**Material provided:**
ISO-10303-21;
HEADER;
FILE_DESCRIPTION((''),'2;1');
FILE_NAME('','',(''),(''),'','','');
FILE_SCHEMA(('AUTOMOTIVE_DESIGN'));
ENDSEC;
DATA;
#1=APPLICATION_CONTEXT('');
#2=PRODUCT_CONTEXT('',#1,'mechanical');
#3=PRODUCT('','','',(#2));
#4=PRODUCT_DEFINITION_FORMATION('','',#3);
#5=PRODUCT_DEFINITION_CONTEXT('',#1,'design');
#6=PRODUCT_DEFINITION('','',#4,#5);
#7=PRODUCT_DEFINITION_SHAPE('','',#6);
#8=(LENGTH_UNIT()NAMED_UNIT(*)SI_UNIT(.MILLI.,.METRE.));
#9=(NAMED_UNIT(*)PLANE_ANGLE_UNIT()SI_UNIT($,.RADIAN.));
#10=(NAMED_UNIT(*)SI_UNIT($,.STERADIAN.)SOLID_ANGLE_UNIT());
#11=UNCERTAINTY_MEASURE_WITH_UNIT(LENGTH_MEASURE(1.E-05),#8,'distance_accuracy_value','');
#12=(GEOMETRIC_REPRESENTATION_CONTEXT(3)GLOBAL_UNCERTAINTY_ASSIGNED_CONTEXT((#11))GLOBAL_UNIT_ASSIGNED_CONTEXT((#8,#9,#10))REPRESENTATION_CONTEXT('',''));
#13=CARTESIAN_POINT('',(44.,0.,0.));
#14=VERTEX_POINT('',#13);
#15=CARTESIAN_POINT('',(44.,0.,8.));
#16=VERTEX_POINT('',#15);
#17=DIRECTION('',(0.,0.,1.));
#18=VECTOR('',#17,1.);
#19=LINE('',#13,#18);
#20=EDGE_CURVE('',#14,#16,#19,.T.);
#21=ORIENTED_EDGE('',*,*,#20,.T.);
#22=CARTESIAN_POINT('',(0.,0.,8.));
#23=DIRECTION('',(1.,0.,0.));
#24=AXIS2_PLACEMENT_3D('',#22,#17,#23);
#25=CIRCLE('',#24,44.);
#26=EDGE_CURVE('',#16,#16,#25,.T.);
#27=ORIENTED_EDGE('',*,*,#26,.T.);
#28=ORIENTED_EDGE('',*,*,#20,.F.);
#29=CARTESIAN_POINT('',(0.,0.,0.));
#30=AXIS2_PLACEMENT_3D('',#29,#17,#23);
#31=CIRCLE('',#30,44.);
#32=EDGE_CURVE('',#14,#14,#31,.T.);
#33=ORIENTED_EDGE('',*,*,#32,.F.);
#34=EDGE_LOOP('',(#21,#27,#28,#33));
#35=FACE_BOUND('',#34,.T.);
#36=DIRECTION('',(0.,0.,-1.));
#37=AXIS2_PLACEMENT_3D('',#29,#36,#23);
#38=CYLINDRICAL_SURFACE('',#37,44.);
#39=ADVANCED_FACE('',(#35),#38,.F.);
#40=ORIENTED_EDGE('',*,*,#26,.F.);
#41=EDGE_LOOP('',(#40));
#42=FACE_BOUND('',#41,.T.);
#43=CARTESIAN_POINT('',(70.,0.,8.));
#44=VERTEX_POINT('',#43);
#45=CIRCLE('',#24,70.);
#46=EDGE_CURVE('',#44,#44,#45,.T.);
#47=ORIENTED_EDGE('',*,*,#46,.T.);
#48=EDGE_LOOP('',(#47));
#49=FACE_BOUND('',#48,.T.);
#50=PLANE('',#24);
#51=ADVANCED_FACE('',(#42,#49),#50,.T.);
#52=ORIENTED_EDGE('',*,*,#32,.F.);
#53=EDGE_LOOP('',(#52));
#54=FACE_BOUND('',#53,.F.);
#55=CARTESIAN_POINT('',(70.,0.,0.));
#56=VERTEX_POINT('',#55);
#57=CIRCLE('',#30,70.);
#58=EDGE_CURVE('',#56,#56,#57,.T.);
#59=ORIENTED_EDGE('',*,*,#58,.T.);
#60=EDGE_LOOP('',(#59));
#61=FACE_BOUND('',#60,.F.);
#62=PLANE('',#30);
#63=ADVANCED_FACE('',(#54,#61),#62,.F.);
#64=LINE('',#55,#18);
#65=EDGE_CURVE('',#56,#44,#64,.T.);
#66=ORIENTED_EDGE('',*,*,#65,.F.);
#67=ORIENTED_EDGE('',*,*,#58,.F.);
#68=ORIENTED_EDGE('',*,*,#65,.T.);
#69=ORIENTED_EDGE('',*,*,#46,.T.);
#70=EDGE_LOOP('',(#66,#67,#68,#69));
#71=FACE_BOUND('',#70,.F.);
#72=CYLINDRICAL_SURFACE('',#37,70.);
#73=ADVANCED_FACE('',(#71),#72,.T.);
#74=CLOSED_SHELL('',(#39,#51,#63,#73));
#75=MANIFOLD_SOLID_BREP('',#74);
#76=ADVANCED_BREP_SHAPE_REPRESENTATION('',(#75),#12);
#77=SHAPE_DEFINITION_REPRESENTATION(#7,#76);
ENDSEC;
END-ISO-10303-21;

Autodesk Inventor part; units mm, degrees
ref_plane "YZ Plane" through (0, 0, 0) normal (1, 0, 0) x (0, 1, 0)
ref_plane "XZ Plane" through (0, 0, 0) normal (0, 1, 0) x (-1, 0, 0)
ref_plane "XY Plane" through (0, 0, 0) normal (0, 0, 1) x (1, 0, 0)
sketch "Sketch2" plane through (0, 0, 0) normal (0, 0, 1) x (1, 0, 0)
  circle A0 centre (0, 0) radius 44
  circle A1 centre (0, 0) radius 70
  dimension "d25" = 88
  dimension "d27" = 140
extrude "Plate2" add sketch "Sketch2" along normal blind 8
equation "\"d14\" = Thickness"
equation "\"BendReliefWidth\" = Thickness"
equation "\"BendReliefDepth\" = 0.5 * Thickness"
equation "\"CornerReliefSize\" = 4 * Thickness"
equation "\"MinimumRemnant\" = 2 * Thickness"
equation "\"TransitionRadius\" = BendRadius"
equation "\"JacobiRadiusSize\" = BendRadius"
equation "\"GapSize\" = Thickness"
equation "\"Thickness\" = 8"
equation "\"BendRadius\" = 6"
properties part number "TZS 1232 FDS free flange DN90"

**Goal of the exercise:**
From the material above, copy exactly the lines between the line holding "#63=ADVANCED_FACE('',(#54,#61),#62,.F.);" and the line holding "END-ISO-10303-21;", inclusive, and only those.

**Output for this task:**
#63=ADVANCED_FACE('',(#54,#61),#62,.F.);
#64=LINE('',#55,#18);
#65=EDGE_CURVE('',#56,#44,#64,.T.);
#66=ORIENTED_EDGE('',*,*,#65,.F.);
#67=ORIENTED_EDGE('',*,*,#58,.F.);
#68=ORIENTED_EDGE('',*,*,#65,.T.);
#69=ORIENTED_EDGE('',*,*,#46,.T.);
#70=EDGE_LOOP('',(#66,#67,#68,#69));
#71=FACE_BOUND('',#70,.F.);
#72=CYLINDRICAL_SURFACE('',#37,70.);
#73=ADVANCED_FACE('',(#71),#72,.T.);
#74=CLOSED_SHELL('',(#39,#51,#63,#73));
#75=MANIFOLD_SOLID_BREP('',#74);
#76=ADVANCED_BREP_SHAPE_REPRESENTATION('',(#75),#12);
#77=SHAPE_DEFINITION_REPRESENTATION(#7,#76);
ENDSEC;
END-ISO-10303-21;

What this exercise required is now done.